• WHAT THE TASK REQUIRES: Each record needs to be echoed exactly; can you do that?
_ _ _
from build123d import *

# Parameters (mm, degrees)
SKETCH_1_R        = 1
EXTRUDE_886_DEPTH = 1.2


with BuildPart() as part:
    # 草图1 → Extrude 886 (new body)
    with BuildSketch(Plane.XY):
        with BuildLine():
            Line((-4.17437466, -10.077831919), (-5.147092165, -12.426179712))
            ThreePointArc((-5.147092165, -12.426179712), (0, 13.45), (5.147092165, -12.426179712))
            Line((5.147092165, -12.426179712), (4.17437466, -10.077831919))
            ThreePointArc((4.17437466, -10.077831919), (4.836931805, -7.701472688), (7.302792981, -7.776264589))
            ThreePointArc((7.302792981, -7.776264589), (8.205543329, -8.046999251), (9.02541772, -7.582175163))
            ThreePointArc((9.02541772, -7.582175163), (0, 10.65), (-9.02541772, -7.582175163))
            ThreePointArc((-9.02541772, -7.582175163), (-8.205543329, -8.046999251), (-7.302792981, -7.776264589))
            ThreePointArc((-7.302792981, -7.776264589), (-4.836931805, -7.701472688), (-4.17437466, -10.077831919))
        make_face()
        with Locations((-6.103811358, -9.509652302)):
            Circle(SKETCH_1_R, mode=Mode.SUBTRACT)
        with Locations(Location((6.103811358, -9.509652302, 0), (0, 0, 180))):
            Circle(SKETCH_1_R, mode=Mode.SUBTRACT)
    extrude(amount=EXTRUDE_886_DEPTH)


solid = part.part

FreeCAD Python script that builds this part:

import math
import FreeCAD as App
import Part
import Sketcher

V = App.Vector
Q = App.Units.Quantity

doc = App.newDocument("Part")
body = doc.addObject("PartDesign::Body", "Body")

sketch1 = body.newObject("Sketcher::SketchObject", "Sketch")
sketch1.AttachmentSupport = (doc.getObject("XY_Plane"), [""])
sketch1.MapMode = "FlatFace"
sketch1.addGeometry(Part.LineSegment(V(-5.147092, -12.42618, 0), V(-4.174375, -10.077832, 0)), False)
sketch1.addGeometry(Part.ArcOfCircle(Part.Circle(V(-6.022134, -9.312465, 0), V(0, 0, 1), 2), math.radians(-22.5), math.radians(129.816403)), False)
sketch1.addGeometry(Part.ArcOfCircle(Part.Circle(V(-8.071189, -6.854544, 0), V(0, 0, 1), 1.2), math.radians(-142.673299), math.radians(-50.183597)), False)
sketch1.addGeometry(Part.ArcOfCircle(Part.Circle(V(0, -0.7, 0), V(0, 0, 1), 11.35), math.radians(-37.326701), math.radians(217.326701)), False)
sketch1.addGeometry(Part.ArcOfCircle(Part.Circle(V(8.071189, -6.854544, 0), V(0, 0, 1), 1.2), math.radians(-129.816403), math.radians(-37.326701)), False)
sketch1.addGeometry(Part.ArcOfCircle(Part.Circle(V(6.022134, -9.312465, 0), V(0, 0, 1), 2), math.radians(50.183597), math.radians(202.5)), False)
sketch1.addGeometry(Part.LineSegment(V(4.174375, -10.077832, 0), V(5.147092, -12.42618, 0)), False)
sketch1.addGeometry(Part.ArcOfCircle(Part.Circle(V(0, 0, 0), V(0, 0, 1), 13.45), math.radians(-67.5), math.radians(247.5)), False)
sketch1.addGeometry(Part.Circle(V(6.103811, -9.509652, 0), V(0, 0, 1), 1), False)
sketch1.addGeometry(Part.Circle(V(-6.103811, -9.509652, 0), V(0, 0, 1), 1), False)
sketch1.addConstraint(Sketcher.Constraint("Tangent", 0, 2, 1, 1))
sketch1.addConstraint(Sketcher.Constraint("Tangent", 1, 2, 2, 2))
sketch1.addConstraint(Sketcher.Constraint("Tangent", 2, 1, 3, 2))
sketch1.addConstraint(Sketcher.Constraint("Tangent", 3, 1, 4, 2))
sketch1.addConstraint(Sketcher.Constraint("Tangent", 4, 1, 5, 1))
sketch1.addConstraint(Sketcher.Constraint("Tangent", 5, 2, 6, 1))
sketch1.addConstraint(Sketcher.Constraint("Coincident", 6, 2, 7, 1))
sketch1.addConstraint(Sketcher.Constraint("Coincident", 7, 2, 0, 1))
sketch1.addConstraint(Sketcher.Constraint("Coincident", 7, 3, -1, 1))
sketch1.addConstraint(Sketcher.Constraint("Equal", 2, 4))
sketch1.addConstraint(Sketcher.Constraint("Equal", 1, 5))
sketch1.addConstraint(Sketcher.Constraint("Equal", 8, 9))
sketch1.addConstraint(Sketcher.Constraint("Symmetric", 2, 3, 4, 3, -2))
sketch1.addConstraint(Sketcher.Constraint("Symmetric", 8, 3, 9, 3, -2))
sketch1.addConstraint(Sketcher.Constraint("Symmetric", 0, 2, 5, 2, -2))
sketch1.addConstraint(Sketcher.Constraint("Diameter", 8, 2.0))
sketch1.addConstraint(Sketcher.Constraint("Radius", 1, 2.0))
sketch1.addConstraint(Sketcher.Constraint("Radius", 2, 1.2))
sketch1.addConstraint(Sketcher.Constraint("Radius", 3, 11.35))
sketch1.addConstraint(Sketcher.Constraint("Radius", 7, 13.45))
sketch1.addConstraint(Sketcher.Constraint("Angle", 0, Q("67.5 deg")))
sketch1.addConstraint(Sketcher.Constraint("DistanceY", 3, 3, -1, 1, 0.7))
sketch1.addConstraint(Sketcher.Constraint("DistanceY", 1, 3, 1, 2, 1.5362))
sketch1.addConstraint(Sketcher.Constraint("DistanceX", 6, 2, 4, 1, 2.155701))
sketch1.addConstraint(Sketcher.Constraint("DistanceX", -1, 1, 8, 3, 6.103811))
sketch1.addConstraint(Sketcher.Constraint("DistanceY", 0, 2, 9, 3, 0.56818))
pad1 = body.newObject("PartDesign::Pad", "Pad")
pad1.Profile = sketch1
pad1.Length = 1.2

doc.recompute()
_ _ _
• SOLUTION TO THE EXERCISE:
from build123d import *

# Parameters (mm, degrees)
SKETCH_1_R        = 1
EXTRUDE_886_DEPTH = 1.2


with BuildPart() as part:
    # 草图1 → Extrude 886 (new body)
    with BuildSketch(Plane.XY):
        with BuildLine():
            Line((-4.17437466, -10.077831919), (-5.147092165, -12.426179712))
            ThreePointArc((-5.147092165, -12.426179712), (0, 13.45), (5.147092165, -12.426179712))
            Line((5.147092165, -12.426179712), (4.17437466, -10.077831919))
            ThreePointArc((4.17437466, -10.077831919), (4.836931805, -7.701472688), (7.302792981, -7.776264589))
            ThreePointArc((7.302792981, -7.776264589), (8.205543329, -8.046999251), (9.02541772, -7.582175163))
            ThreePointArc((9.02541772, -7.582175163), (0, 10.65), (-9.02541772, -7.582175163))
            ThreePointArc((-9.02541772, -7.582175163), (-8.205543329, -8.046999251), (-7.302792981, -7.776264589))
            ThreePointArc((-7.302792981, -7.776264589), (-4.836931805, -7.701472688), (-4.17437466, -10.077831919))
        make_face()
        with Locations((-6.103811358, -9.509652302)):
            Circle(SKETCH_1_R, mode=Mode.SUBTRACT)
        with Locations(Location((6.103811358, -9.509652302, 0), (0, 0, 180))):
            Circle(SKETCH_1_R, mode=Mode.SUBTRACT)
    extrude(amount=EXTRUDE_886_DEPTH)


solid = part.part

FreeCAD Python script that builds this part:

import math
import FreeCAD as App
import Part
import Sketcher

V = App.Vector
Q = App.Units.Quantity

doc = App.newDocument("Part")
body = doc.addObject("PartDesign::Body", "Body")

sketch1 = body.newObject("Sketcher::SketchObject", "Sketch")
sketch1.AttachmentSupport = (doc.getObject("XY_Plane"), [""])
sketch1.MapMode = "FlatFace"
sketch1.addGeometry(Part.LineSegment(V(-5.147092, -12.42618, 0), V(-4.174375, -10.077832, 0)), False)
sketch1.addGeometry(Part.ArcOfCircle(Part.Circle(V(-6.022134, -9.312465, 0), V(0, 0, 1), 2), math.radians(-22.5), math.radians(129.816403)), False)
sketch1.addGeometry(Part.ArcOfCircle(Part.Circle(V(-8.071189, -6.854544, 0), V(0, 0, 1), 1.2), math.radians(-142.673299), math.radians(-50.183597)), False)
sketch1.addGeometry(Part.ArcOfCircle(Part.Circle(V(0, -0.7, 0), V(0, 0, 1), 11.35), math.radians(-37.326701), math.radians(217.326701)), False)
sketch1.addGeometry(Part.ArcOfCircle(Part.Circle(V(8.071189, -6.854544, 0), V(0, 0, 1), 1.2), math.radians(-129.816403), math.radians(-37.326701)), False)
sketch1.addGeometry(Part.ArcOfCircle(Part.Circle(V(6.022134, -9.312465, 0), V(0, 0, 1), 2), math.radians(50.183597), math.radians(202.5)), False)
sketch1.addGeometry(Part.LineSegment(V(4.174375, -10.077832, 0), V(5.147092, -12.42618, 0)), False)
sketch1.addGeometry(Part.ArcOfCircle(Part.Circle(V(0, 0, 0), V(0, 0, 1), 13.45), math.radians(-67.5), math.radians(247.5)), False)
sketch1.addGeometry(Part.Circle(V(6.103811, -9.509652, 0), V(0, 0, 1), 1), False)
sketch1.addGeometry(Part.Circle(V(-6.103811, -9.509652, 0), V(0, 0, 1), 1), False)
sketch1.addConstraint(Sketcher.Constraint("Tangent", 0, 2, 1, 1))
sketch1.addConstraint(Sketcher.Constraint("Tangent", 1, 2, 2, 2))
sketch1.addConstraint(Sketcher.Constraint("Tangent", 2, 1, 3, 2))
sketch1.addConstraint(Sketcher.Constraint("Tangent", 3, 1, 4, 2))
sketch1.addConstraint(Sketcher.Constraint("Tangent", 4, 1, 5, 1))
sketch1.addConstraint(Sketcher.Constraint("Tangent", 5, 2, 6, 1))
sketch1.addConstraint(Sketcher.Constraint("Coincident", 6, 2, 7, 1))
sketch1.addConstraint(Sketcher.Constraint("Coincident", 7, 2, 0, 1))
sketch1.addConstraint(Sketcher.Constraint("Coincident", 7, 3, -1, 1))
sketch1.addConstraint(Sketcher.Constraint("Equal", 2, 4))
sketch1.addConstraint(Sketcher.Constraint("Equal", 1, 5))
sketch1.addConstraint(Sketcher.Constraint("Equal", 8, 9))
sketch1.addConstraint(Sketcher.Constraint("Symmetric", 2, 3, 4, 3, -2))
sketch1.addConstraint(Sketcher.Constraint("Symmetric", 8, 3, 9, 3, -2))
sketch1.addConstraint(Sketcher.Constraint("Symmetric", 0, 2, 5, 2, -2))
sketch1.addConstraint(Sketcher.Constraint("Diameter", 8, 2.0))
sketch1.addConstraint(Sketcher.Constraint("Radius", 1, 2.0))
sketch1.addConstraint(Sketcher.Constraint("Radius", 2, 1.2))
sketch1.addConstraint(Sketcher.Constraint("Radius", 3, 11.35))
sketch1.addConstraint(Sketcher.Constraint("Radius", 7, 13.45))
sketch1.addConstraint(Sketcher.Constraint("Angle", 0, Q("67.5 deg")))
sketch1.addConstraint(Sketcher.Constraint("DistanceY", 3, 3, -1, 1, 0.7))
sketch1.addConstraint(Sketcher.Constraint("DistanceY", 1, 3, 1, 2, 1.5362))
sketch1.addConstraint(Sketcher.Constraint("DistanceX", 6, 2, 4, 1, 2.155701))
sketch1.addConstraint(Sketcher.Constraint("DistanceX", -1, 1, 8, 3, 6.103811))
sketch1.addConstraint(Sketcher.Constraint("DistanceY", 0, 2, 9, 3, 0.56818))
pad1 = body.newObject("PartDesign::Pad", "Pad")
pad1.Profile = sketch1
pad1.Length = 1.2

doc.recompute()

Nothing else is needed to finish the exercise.